I will be making 40 bars at 5 oz. each  (5130 gms of oil).

How much EO should I use?  16 oz or 8 oz?  (I tend to scent on the heavy side).  I am leaning toward 16 oz. but if that is just WAY too much, I'd like to know, considering how expensive the darned stuff is.  I can't remember the amount I used to use.


----------



## MrsZ (Jul 25, 2021)

Find Free Essential Oil Blends - Modern Soapmaking May help you out.  I've never used patchouli, but a member on here showed me the calculator, and it's been a great resource for me. I'm sure someone else more experienced than me will have a better answer.

I entered patchouli oil in the blend calculator, along with your 5130 grams of oil. These are the recommended usage rates listed in EOCalc.


----------



## MrsZ (Jul 25, 2021)

I rounded the weight in grams to 181 ounces, and this is what EO calc says in ounces, if that's easier for you.


.


----------



## John Harris (Jul 25, 2021)

So, 16 oz would be way too much?


----------



## Becky1024 (Jul 25, 2021)

Patchouli is very strong so I would go on the light side of the EOcalc percentages.


----------



## MrsZ (Jul 25, 2021)

Again, I've never used patchouli, but it would seem like 16 oz would be too much. So far the EO calc hasn't been wrong for me.


----------



## Zany_in_CO (Jul 25, 2021)

John Harris said:


> I will be making 40 bars at 5 oz. each (5130 gms of oil).How much EO should I use? 16 oz or 8 oz? (I tend to scent on the heavy side). I am leaning toward 16 oz. but if that is just WAY too much, I'd like to know, considering how expensive the darned stuff is.


That is indeed WAY too much. I use *MMS Fragrance Calc*. They recommend 3.6 oz Patchouly EO for heavily scented, but you can halve that for a lightly scented batch.


----------



## dibbles (Jul 26, 2021)

Why not do a small test batch with .5 oz PPO and see how you like it before doing a big batch? Patchouli is on the stronger side and it sticks well.


----------



## KiwiMoose (Jul 26, 2021)

I'd go for the full recommended amount of 9oz if you like it strong.  Patchouli _is _strong and long lasting, but if you like - I say go with it.  I know i would.


----------



## FiddleFoot (Jul 26, 2021)

I'll preface this by saying I'm a BIG patchouli lover but I'd definitely go with at least 8 oz for that size batch. In fact I use it at 1 oz per lb of oils if I'm not mixing it with another oil. So for a 5130g batch that would be 11.3 ounces if my math is right - but I'm only on my first cup of coffee so double check me on that!


----------



## dibbles (Jul 26, 2021)

I didn't double check the IFRA amounts for patchouli in soap last night. It is safe to use at 1 ounce PPO. I agree with KiwiMoose and FiddleFoot. I love patchouli and I would also use the 9 oz amount minimum.
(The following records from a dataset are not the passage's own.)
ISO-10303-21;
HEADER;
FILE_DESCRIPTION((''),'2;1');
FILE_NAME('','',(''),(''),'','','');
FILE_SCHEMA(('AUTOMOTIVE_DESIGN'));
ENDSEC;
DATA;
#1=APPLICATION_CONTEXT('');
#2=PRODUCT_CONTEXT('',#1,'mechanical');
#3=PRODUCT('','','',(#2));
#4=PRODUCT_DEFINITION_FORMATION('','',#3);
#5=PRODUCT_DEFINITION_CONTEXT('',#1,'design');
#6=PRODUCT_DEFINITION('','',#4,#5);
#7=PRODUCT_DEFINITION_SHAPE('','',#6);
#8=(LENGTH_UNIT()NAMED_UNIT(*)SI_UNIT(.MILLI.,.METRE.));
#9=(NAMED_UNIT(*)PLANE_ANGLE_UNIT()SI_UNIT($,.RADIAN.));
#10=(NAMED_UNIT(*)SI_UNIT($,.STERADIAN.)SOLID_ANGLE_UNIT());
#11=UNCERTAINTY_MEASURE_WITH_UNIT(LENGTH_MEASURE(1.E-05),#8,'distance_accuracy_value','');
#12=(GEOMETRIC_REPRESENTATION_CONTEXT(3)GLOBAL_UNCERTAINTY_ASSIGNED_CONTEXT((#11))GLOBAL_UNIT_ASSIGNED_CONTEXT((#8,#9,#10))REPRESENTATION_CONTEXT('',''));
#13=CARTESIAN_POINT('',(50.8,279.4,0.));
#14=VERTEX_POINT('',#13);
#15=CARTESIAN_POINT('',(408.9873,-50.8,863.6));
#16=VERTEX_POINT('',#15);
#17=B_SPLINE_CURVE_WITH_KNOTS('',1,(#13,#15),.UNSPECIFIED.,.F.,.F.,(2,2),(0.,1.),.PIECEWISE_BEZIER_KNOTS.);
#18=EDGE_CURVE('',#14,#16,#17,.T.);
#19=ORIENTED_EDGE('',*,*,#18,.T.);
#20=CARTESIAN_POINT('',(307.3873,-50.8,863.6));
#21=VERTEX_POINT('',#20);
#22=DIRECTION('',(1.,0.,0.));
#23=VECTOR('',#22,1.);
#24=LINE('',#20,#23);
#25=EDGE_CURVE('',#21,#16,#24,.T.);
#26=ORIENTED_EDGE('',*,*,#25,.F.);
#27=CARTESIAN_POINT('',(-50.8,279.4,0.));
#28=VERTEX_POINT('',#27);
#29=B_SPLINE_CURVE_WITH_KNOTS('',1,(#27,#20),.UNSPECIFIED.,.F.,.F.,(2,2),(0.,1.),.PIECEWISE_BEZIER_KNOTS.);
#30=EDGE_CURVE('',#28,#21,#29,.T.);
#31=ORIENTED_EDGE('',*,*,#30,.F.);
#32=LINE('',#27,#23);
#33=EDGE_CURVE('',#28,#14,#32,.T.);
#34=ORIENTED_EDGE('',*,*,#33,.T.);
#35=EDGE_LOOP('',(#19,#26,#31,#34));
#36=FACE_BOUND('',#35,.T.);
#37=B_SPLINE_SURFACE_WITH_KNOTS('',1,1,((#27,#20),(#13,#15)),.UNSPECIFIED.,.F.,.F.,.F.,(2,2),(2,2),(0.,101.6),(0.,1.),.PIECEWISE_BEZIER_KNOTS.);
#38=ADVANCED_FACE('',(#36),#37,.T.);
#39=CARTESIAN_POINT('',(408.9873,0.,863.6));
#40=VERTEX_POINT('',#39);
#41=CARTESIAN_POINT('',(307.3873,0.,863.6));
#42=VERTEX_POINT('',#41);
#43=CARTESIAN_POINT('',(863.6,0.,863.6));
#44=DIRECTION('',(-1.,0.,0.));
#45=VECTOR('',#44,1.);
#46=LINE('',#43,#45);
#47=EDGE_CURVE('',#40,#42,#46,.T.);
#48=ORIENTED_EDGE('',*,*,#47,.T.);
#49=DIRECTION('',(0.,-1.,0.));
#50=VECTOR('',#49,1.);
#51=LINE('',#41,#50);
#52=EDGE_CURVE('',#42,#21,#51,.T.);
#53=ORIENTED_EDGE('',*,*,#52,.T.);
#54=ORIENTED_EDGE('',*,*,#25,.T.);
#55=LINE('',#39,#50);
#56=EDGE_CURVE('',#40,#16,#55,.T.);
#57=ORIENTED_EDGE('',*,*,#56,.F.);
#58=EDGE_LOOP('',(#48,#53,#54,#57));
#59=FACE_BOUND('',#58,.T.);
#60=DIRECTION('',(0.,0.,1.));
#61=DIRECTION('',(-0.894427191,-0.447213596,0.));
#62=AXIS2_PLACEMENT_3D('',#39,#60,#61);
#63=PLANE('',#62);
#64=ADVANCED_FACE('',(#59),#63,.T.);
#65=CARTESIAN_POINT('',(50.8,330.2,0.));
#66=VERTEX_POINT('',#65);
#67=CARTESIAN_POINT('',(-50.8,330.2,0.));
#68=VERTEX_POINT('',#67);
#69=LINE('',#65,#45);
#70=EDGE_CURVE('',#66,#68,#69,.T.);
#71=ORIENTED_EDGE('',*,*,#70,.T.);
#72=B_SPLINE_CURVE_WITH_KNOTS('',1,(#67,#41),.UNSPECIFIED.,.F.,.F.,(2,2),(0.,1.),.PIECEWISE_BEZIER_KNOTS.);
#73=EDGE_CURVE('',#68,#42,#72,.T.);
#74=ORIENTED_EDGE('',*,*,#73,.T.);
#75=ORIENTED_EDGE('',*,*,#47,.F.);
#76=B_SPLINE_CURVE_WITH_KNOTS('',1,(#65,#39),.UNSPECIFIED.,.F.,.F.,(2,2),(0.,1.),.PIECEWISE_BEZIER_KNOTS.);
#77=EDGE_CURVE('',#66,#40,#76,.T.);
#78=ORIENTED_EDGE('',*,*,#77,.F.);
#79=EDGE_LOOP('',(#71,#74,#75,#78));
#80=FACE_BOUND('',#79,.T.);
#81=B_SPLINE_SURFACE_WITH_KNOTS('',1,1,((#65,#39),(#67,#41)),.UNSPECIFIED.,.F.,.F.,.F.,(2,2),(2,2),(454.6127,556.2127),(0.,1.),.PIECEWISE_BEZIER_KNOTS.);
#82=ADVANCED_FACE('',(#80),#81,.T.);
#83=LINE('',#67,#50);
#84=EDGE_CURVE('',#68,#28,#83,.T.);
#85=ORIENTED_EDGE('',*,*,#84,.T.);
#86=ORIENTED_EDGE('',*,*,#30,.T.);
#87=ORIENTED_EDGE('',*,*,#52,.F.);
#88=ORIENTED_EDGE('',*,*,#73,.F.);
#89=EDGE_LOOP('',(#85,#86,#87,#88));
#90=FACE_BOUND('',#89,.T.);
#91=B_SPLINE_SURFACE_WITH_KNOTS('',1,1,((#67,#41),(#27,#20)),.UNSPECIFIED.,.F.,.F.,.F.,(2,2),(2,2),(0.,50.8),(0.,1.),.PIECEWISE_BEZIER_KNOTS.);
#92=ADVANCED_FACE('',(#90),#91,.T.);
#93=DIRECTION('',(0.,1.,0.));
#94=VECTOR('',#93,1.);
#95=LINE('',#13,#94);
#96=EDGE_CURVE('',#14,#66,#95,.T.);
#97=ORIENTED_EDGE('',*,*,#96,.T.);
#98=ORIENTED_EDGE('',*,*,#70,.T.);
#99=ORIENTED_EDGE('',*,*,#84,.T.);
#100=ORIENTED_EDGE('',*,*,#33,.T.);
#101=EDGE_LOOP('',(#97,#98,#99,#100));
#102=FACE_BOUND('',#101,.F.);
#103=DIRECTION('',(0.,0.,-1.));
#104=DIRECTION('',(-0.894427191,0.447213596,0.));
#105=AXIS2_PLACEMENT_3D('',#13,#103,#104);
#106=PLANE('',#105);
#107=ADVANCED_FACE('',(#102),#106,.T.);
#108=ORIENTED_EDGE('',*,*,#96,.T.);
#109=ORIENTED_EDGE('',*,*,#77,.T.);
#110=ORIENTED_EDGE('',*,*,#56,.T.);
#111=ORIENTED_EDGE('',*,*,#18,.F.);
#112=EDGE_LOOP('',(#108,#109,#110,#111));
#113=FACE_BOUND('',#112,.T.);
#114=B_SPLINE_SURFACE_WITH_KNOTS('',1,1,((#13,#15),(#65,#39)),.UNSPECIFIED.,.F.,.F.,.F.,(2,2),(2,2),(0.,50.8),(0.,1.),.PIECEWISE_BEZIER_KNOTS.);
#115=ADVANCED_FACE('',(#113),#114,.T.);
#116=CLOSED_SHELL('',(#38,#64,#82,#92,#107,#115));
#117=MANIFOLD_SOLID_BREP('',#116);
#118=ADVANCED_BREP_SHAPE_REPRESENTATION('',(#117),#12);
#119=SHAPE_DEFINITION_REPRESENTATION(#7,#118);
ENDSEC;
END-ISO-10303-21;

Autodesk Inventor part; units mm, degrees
ref_plane "YZ Plane" through (0, 0, 0) normal (1, 0, 0) x (0, 1, 0)
ref_plane "XZ Plane" through (0, 0, 0) normal (0, 1, 0) x (-1, 0, 0)
ref_plane "XY Plane" through (0, 0, 0) normal (0, 0, 1) x (1, 0, 0)
ref_plane "Work Plane1" through (0, 0, 0) normal (0, 0, 1) x (1, 0, 0)
sketch "Sketch1" plane through (0, 0, 0) normal (0, 0, 1) x (1, 0, 0)
  line L0 (50.8, 330.2) -> (-50.8, 330.2)
  line L1 (-50.8, 330.2) -> (-50.8, 279.4)
  line L2 (-50.8, 279.4) -> (50.8, 279.4)
  line L3 (50.8, 279.4) -> (50.8, 330.2)
  point P0 (0, 0)
  dimension "d0" = 50.8
  dimension "d1" = 101.6
ref_plane "Work Plane2" through (-254, -50.8, 863.6) normal (0, 0, -1) x (1, 0, 0)
sketch "Sketch2" plane through (-254, -50.8, 863.6) normal (0, 0, -1) x (1, 0, 0)
  line L0 (1117.6, -50.8) -> (-1117.6, -50.8) projected
  line L1 (662.9873, -50.8) -> (662.9873, 0) projected
  line L2 (662.9873, -50.8) -> (561.3873, -50.8)
  line L3 (561.3873, -50.8) -> (561.3873, 0)
  line L4 (561.3873, 0) -> (662.9873, 0)
  line L5 (662.9873, 0) -> (662.9873, -50.8)
  point P0 (254, -50.8)
  dimension "d2" = 101.6
loft "Loft1" add profiles "Sketch1", "Sketch2"
properties part number "Eyelids"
It's hard to describe what I think is strong vs what you think is strong.


----------



## John Harris (Jul 26, 2021)

FiddleFoot said:


> I'll preface this by saying I'm a BIG patchouli lover but I'd definitely go with at least 8 oz for that size batch. - but I'm only on my first cup of coffee so double check me on that!



I made a batch of patchouli soap 2 years ago. I still have half that batch left and it still has a strong scent to it.  If I have a few bars on a table next to me, I can smell it.  After I have showered with it and go out into the public, I love it when people ask me, "Oh!  Is that patchouli you are wearing?"  I give bars to patchouli-loving friends and they still rave about it.

I have half of a 32 oz bottle of it left. (Yes, it is still good as I will explain in another post). The question in my mind is, "How much did I use of that bottle in my last batch?"  Based on what is left in the bottle, it had to be either 8 or 16 oz.  It is so expensive, I'd hate to use 8 oz only to find that it  was not strong enough.


----------



## dibbles (Jul 26, 2021)

John Harris said:


> I have half of a 32 oz bottle of it left. (Yes, it is still good as I will explain in another post). The question in my mind is, "How much did I use of that bottle in my last batch?" Based on what is left in the bottle, it had to be either 8 or 16 oz. It is so expensive, I'd hate to use 8 oz only to find that it was not strong enough.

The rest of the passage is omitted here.